■ **Task to complete**
Give back only the lines in the records below from the one with "#57=EDGE_CURVE('',#46,#46,#56,.T.);" to the one with "#89=FACE_BOUND('',#88,.F.);", both inclusive, word for word.

■ **Study material**
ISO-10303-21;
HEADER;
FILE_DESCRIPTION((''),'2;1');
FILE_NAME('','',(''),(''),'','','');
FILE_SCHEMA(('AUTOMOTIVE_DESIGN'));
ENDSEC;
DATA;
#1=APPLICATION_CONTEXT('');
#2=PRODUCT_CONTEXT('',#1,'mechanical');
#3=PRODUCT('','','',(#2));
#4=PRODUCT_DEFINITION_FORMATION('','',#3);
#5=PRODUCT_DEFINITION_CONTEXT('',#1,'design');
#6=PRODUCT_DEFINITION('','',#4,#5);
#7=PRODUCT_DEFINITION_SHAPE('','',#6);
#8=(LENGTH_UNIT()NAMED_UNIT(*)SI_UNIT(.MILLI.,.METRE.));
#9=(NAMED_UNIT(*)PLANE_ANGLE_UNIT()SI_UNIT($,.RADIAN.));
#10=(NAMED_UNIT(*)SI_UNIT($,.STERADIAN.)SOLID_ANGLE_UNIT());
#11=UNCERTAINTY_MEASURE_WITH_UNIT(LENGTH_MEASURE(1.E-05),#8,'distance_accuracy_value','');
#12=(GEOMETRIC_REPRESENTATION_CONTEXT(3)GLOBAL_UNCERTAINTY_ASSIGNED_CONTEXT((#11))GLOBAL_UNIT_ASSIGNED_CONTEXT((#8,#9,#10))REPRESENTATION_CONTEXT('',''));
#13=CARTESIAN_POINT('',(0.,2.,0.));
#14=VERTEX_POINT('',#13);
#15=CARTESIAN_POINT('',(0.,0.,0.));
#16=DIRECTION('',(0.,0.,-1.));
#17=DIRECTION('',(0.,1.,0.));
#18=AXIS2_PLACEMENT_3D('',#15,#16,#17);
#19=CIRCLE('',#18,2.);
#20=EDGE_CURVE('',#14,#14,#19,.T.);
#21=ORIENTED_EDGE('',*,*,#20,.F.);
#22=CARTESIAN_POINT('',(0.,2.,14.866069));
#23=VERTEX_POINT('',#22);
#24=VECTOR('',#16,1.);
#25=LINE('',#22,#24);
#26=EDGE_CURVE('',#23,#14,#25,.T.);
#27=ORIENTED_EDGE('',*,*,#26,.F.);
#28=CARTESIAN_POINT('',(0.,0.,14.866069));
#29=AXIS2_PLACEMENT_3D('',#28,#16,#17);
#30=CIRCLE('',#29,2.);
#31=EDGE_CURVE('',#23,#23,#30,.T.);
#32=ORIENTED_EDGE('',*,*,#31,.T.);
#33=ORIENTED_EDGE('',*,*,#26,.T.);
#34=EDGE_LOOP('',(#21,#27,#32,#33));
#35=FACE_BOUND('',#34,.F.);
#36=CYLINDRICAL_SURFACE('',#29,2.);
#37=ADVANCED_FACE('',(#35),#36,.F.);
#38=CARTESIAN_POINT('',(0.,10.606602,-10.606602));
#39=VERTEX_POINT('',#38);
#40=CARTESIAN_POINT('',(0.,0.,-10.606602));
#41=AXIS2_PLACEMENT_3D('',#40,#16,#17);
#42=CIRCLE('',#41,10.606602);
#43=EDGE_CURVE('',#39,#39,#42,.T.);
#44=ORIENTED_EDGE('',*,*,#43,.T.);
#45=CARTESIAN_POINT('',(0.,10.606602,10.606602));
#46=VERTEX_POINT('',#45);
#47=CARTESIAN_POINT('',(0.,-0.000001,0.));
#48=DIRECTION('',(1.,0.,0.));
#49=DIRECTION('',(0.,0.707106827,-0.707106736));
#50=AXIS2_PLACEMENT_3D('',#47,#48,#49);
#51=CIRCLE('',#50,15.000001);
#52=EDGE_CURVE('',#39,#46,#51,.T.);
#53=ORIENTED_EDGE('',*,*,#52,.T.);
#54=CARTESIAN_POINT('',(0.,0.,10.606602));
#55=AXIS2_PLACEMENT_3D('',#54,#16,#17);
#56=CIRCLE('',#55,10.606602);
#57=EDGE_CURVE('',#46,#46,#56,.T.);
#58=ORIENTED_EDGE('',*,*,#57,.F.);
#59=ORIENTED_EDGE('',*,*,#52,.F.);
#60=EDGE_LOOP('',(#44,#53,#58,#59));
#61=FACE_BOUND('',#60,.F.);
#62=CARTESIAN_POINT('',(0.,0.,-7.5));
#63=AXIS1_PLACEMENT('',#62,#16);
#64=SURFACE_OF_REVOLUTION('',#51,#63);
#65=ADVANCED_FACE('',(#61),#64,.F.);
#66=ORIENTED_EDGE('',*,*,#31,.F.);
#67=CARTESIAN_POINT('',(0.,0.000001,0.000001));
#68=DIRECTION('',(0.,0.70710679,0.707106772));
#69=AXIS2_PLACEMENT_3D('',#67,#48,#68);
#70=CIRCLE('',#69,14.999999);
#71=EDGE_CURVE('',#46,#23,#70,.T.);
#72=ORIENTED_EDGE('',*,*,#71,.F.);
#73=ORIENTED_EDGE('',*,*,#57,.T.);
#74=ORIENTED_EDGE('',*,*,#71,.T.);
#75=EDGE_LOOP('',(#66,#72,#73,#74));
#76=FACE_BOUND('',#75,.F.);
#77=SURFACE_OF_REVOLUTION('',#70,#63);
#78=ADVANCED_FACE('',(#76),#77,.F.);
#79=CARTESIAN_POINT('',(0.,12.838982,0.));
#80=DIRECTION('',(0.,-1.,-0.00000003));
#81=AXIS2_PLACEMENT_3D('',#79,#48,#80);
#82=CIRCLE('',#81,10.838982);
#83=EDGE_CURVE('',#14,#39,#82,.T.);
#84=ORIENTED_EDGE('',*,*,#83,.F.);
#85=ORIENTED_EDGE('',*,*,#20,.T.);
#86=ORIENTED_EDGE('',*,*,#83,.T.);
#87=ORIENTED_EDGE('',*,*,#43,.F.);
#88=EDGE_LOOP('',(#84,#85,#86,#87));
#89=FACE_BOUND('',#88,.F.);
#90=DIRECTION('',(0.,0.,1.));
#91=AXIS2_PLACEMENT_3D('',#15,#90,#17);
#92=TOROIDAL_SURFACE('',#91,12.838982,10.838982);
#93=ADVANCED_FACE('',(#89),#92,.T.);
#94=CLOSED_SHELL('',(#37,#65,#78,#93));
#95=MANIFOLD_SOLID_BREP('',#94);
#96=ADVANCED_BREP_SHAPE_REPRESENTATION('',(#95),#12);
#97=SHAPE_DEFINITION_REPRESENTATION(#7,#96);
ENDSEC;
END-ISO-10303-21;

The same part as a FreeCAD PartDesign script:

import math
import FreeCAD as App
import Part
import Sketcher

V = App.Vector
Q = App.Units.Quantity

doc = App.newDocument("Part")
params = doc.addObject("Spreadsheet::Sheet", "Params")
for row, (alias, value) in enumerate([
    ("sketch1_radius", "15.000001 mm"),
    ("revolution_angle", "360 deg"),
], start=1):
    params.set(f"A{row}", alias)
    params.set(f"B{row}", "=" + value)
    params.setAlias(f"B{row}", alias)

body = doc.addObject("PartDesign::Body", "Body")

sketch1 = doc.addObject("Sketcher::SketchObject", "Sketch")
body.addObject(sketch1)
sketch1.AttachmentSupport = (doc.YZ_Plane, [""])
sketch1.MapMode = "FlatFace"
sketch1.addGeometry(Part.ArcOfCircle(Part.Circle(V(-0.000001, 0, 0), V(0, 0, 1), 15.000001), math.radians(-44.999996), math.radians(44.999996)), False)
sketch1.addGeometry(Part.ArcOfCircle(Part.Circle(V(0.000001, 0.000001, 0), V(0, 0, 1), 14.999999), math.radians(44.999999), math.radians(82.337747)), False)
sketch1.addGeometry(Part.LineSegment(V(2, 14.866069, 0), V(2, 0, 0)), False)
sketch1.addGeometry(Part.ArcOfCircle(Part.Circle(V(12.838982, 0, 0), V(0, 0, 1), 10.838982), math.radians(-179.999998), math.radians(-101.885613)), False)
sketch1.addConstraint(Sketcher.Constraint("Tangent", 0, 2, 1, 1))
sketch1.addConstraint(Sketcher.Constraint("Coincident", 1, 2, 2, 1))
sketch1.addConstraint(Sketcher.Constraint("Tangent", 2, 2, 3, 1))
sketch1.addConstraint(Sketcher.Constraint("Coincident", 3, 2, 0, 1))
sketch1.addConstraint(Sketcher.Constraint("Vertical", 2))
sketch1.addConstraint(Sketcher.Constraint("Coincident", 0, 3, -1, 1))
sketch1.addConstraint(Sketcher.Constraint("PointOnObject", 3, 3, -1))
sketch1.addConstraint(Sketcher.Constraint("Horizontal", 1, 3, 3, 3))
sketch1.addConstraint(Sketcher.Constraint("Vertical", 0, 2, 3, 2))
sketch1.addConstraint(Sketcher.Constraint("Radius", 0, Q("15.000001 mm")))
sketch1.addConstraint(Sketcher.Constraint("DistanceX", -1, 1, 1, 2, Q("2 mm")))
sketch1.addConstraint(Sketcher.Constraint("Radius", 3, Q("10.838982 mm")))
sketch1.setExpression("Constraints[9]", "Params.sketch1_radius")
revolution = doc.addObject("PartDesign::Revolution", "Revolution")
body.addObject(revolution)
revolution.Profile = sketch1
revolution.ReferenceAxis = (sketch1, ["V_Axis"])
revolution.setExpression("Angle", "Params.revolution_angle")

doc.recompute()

* * *

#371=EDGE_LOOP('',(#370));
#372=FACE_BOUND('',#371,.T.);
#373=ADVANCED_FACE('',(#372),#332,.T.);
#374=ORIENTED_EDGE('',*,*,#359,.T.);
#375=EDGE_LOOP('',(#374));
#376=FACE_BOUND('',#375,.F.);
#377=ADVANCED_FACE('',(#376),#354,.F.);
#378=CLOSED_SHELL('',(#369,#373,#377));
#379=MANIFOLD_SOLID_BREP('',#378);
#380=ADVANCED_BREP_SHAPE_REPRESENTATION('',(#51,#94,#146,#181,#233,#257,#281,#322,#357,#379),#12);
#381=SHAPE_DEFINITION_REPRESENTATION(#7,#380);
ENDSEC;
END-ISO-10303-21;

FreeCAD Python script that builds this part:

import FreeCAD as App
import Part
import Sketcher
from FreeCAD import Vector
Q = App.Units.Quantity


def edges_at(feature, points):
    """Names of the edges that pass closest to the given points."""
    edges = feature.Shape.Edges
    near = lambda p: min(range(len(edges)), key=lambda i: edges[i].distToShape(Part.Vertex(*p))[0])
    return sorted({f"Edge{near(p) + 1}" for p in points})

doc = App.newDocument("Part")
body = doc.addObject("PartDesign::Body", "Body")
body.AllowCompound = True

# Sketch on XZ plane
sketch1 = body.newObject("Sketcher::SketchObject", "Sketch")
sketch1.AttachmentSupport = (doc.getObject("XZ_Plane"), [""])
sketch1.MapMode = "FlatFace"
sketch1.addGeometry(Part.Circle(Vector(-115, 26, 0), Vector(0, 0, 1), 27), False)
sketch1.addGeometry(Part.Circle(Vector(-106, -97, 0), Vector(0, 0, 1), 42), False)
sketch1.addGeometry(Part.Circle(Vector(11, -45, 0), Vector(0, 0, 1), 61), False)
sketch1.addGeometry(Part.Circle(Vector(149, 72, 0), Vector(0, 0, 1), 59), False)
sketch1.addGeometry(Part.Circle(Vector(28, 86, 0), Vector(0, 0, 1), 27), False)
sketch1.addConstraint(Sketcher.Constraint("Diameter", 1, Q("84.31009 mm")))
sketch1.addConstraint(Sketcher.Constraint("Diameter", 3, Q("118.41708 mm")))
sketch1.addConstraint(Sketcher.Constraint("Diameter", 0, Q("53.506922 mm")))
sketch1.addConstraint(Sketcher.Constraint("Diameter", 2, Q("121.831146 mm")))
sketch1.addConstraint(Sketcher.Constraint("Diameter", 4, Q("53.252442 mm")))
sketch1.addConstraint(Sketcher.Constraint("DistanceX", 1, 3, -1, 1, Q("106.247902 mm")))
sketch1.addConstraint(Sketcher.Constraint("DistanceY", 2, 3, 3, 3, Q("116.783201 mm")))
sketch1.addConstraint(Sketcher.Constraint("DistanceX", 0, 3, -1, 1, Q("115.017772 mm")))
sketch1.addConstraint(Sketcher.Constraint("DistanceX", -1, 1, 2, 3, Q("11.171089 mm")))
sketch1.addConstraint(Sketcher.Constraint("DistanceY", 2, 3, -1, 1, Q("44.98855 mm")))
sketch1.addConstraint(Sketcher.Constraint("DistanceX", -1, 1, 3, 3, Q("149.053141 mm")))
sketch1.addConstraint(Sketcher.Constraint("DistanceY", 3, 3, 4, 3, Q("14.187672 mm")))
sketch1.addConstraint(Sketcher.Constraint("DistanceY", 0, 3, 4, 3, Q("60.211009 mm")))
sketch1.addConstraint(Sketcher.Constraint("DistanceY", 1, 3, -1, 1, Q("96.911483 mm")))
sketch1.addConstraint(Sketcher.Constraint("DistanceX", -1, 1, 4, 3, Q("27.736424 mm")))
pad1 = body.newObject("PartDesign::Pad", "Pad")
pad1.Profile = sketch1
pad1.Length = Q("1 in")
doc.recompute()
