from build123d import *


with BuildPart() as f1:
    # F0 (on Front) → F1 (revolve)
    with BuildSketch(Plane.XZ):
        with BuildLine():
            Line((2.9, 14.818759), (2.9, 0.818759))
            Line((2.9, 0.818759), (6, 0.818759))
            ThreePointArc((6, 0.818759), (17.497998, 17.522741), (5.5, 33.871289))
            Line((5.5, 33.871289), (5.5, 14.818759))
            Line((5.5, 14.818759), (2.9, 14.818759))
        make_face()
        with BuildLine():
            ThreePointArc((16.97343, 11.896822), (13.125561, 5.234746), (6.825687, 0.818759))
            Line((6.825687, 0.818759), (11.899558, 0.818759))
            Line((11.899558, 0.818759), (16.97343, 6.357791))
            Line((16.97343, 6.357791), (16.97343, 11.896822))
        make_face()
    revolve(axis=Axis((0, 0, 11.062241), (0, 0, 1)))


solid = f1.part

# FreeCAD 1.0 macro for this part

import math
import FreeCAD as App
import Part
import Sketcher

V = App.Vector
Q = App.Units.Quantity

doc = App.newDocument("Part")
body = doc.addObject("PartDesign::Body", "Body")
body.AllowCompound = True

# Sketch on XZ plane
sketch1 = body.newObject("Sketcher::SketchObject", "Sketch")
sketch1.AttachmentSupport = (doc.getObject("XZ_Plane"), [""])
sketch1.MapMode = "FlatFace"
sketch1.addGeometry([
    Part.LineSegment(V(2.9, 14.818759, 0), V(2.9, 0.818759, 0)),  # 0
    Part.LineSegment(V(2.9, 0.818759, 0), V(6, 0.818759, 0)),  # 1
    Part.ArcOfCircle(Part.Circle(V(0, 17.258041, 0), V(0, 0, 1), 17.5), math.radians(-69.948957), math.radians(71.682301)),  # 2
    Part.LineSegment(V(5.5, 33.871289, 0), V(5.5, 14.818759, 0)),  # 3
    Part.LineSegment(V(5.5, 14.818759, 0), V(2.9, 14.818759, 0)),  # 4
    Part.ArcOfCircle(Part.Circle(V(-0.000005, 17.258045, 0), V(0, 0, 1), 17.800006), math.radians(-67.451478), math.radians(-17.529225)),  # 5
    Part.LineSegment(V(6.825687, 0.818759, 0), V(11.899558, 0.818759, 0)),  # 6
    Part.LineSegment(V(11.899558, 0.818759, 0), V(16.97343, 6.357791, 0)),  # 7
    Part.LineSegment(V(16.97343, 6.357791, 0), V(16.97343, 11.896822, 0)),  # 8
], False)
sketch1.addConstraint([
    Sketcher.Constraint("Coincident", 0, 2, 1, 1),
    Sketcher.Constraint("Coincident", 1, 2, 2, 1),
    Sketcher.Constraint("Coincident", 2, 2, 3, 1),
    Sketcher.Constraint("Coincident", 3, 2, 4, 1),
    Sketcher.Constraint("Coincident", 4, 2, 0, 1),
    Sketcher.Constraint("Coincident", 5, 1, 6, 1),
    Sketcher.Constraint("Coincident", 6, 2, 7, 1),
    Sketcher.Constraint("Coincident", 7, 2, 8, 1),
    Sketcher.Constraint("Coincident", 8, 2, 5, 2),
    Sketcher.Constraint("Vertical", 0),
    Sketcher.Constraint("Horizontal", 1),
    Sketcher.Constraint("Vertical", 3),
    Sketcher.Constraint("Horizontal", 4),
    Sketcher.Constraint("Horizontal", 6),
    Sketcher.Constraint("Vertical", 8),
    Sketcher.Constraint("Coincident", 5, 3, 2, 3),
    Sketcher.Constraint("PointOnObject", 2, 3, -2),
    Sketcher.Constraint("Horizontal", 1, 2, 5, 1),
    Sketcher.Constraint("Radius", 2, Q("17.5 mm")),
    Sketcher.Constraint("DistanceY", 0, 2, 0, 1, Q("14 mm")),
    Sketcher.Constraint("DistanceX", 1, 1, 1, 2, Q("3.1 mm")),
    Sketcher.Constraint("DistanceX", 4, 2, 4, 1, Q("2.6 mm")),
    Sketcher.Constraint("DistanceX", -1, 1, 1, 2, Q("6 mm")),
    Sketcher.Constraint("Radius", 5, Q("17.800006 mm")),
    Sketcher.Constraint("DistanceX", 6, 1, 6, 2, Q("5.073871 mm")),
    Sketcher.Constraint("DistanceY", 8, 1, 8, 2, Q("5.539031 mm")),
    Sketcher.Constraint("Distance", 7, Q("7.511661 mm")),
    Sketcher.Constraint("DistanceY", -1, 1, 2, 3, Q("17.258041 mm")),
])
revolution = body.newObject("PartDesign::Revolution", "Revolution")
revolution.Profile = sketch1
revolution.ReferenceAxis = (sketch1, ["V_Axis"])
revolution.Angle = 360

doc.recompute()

■ **Answer to this exercise**
#57=EDGE_CURVE('',#46,#46,#56,.T.);
#58=ORIENTED_EDGE('',*,*,#57,.F.);
#59=ORIENTED_EDGE('',*,*,#52,.F.);
#60=EDGE_LOOP('',(#44,#53,#58,#59));
#61=FACE_BOUND('',#60,.F.);
#62=CARTESIAN_POINT('',(0.,0.,-7.5));
#63=AXIS1_PLACEMENT('',#62,#16);
#64=SURFACE_OF_REVOLUTION('',#51,#63);
#65=ADVANCED_FACE('',(#61),#64,.F.);
#66=ORIENTED_EDGE('',*,*,#31,.F.);
#67=CARTESIAN_POINT('',(0.,0.000001,0.000001));
#68=DIRECTION('',(0.,0.70710679,0.707106772));
#69=AXIS2_PLACEMENT_3D('',#67,#48,#68);
#70=CIRCLE('',#69,14.999999);
#71=EDGE_CURVE('',#46,#23,#70,.T.);
#72=ORIENTED_EDGE('',*,*,#71,.F.);
#73=ORIENTED_EDGE('',*,*,#57,.T.);
#74=ORIENTED_EDGE('',*,*,#71,.T.);
#75=EDGE_LOOP('',(#66,#72,#73,#74));
#76=FACE_BOUND('',#75,.F.);
#77=SURFACE_OF_REVOLUTION('',#70,#63);
#78=ADVANCED_FACE('',(#76),#77,.F.);
#79=CARTESIAN_POINT('',(0.,12.838982,0.));
#80=DIRECTION('',(0.,-1.,-0.00000003));
#81=AXIS2_PLACEMENT_3D('',#79,#48,#80);
#82=CIRCLE('',#81,10.838982);
#83=EDGE_CURVE('',#14,#39,#82,.T.);
#84=ORIENTED_EDGE('',*,*,#83,.F.);
#85=ORIENTED_EDGE('',*,*,#20,.T.);
#86=ORIENTED_EDGE('',*,*,#83,.T.);
#87=ORIENTED_EDGE('',*,*,#43,.F.);
#88=EDGE_LOOP('',(#84,#85,#86,#87));
#89=FACE_BOUND('',#88,.F.);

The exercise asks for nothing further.